Where Ice Meets the Ocean: The Outer Coast of Glacier Bay and Wrangell-St. Elias National Parks

black and white dramatic image of Mt Elias
Mt. Saint Elias as seen from Icy Bay in coastal Wrangell St. Elias National Park & Preserve.
glaciers seen from the outer coast
Icebergs from the Hubbard Glacier in Disenchantment Bay in coastal Wrangell-St. Elias National Park.

The remote outer coastal region of Wrangell-St. Elias National Park and Preserve and Glacier Bay National Park and Preserve in and adjacent to the eastern Gulf of Alaska spans over 500 km of shoreline, 12,100 square km of coastal lands, and 607 square km of marine jurisdiction, placing it among the most significant coastal areas under National Park Service jurisdiction.

Part of a UNESCO Biosphere Reserve and World Heritage Site, the region includes an impressive array of globally significant physical, geological, terrestrial, and marine resources, including some of North America’s largest tidewater glacier (Hubbard Glacier) and piedmont glacier (Malaspina Glacier), a major transboundary wilderness river (Alsek River), recently deglaciated fjords, and large seasonal aggregations of forage fish, seabirds, and marine mammals. Collectively, these features provide highly sought viewing opportunities for visitors as well as opportunities for subsistence, recreational, and commercial harvest of fish and wildlife. The region is considered one of the most pristine coastal and fjord areas of the world.

The relatively pristine Outer Coast is undergoing rapid change. Multiple stressors, including projected increases in air and ocean temperatures, increased rates of ocean acidification, changes in glacier mass balance and volume, isostatic rebound, and growth in vessel traffic and visitation have the potential to impact local ecosystems and landscape dynamics through both direct and indirect pathways. Given expected future changes to the region, establishment of an integrated multidisciplinary long-term monitoring program to better understand ecosystem processes and inform park management is essential.

outer coast map
Map of study area along the outer coasts of Wrangell-St. Elias and Glacier Bay national parks and preserves.

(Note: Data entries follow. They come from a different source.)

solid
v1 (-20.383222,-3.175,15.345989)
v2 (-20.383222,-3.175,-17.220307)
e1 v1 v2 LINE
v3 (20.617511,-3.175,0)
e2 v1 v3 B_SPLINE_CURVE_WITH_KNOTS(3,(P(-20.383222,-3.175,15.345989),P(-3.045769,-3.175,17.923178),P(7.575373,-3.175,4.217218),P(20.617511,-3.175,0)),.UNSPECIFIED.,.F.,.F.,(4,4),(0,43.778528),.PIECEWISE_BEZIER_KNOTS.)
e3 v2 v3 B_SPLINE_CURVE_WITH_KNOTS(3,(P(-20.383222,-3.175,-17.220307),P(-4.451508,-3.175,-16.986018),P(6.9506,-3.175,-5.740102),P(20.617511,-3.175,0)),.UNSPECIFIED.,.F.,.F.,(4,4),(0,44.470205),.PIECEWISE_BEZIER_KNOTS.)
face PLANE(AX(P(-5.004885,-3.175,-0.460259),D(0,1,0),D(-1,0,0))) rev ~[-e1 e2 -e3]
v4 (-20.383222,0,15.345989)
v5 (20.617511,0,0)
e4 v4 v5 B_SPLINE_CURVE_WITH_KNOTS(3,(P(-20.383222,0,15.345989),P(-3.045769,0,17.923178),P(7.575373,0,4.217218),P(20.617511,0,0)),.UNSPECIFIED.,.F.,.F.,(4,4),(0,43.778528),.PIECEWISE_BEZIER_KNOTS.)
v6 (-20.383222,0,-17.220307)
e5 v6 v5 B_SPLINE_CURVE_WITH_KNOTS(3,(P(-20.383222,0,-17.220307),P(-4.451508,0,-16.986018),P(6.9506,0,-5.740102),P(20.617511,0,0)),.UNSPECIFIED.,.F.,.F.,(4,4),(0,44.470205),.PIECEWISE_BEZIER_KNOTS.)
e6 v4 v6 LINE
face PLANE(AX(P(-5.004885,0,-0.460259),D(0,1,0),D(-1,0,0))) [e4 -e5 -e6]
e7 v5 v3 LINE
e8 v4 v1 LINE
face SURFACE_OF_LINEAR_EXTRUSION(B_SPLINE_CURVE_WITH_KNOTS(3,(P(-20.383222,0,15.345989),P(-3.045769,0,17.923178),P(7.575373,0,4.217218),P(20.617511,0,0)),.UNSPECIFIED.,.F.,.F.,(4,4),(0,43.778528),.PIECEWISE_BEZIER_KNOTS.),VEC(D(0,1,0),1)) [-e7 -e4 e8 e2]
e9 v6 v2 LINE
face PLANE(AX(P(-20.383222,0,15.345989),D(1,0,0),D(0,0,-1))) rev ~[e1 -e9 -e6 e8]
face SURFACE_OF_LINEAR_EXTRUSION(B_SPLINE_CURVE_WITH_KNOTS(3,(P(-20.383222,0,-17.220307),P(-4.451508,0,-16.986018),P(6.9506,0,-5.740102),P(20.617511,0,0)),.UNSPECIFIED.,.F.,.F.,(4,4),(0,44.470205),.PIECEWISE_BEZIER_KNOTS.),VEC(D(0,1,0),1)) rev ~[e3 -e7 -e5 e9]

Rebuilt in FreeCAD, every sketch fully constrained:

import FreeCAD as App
import Part
import Sketcher
Q = App.Units.Quantity

doc = App.newDocument("Part")
body = doc.addObject("PartDesign::Body", "Body")

sketch1 = body.newObject("Sketcher::SketchObject", "Sketch")
sketch1.AttachmentSupport = (doc.getObject("XZ_Plane"), [""])
sketch1.MapMode = "FlatFace"
sketch1.addGeometry([
    Part.BSplineCurve([App.Vector(-20.383222, 15.345989, 0), App.Vector(-3.045769, 17.923178, 0), App.Vector(7.575373, 4.217218, 0), App.Vector(20.617511, 0, 0)], [4, 4], [0, 43.778528], False, 3, [1, 1, 1, 1], False),
    Part.LineSegment(App.Vector(-20.383222, 15.345989, 0), App.Vector(-20.383222, -17.220307, 0)),
    Part.BSplineCurve([App.Vector(-20.383222, -17.220307, 0), App.Vector(-4.451508, -16.986018, 0), App.Vector(6.9506, -5.740102, 0), App.Vector(20.617511, 0, 0)], [4, 4], [0, 44.470205], False, 3, [1, 1, 1, 1], False),
], False)
sketch1.addConstraint([
    Sketcher.Constraint("Block", 0),
    Sketcher.Constraint("Block", 2),
    Sketcher.Constraint("Coincident", 0, 1, 1, 1),
    Sketcher.Constraint("Coincident", 1, 2, 2, 1),
])
pad1 = body.newObject("PartDesign::Pad", "Pad")
pad1.Profile = sketch1
pad1.Length = Q("0.125 in")

doc.recompute()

The Outer Coast monitoring program expansion area is defined as inner continental shelf marine waters to ~19 km (10 NM) offshore plus associated coastal lands from the Copper River Delta to Point Carolus at the mouth of Glacier Bay in the eastern Gulf of Alaska (see map above). It encompasses nearshore coastal areas of Glacier Bay and Wrangell-St. Elias national parks and preserves, including the fjords and glaciers in and adjacent to Lituya, Yakutat, Disenchantment, and Icy Bays. The expansion area’s terrestrial scope is not strictly defined, but focuses on landscape components like rivers and glaciers that interact directly with coastal waters. Along the Outer Coast, many of the larger rivers (e.g., the Copper and Alsek Rivers) and glaciers (e.g., the Bering, Yahtse, Malaspina, Hubbard, and Grand Plateau) reach far inland and are only partially within NPS (or even United States) jurisdictional boundaries. These features and the lands that surround them are therefore pertinent to the monitoring program in a manner comparable to the importance of oceanographic conditions outside NPS boundaries.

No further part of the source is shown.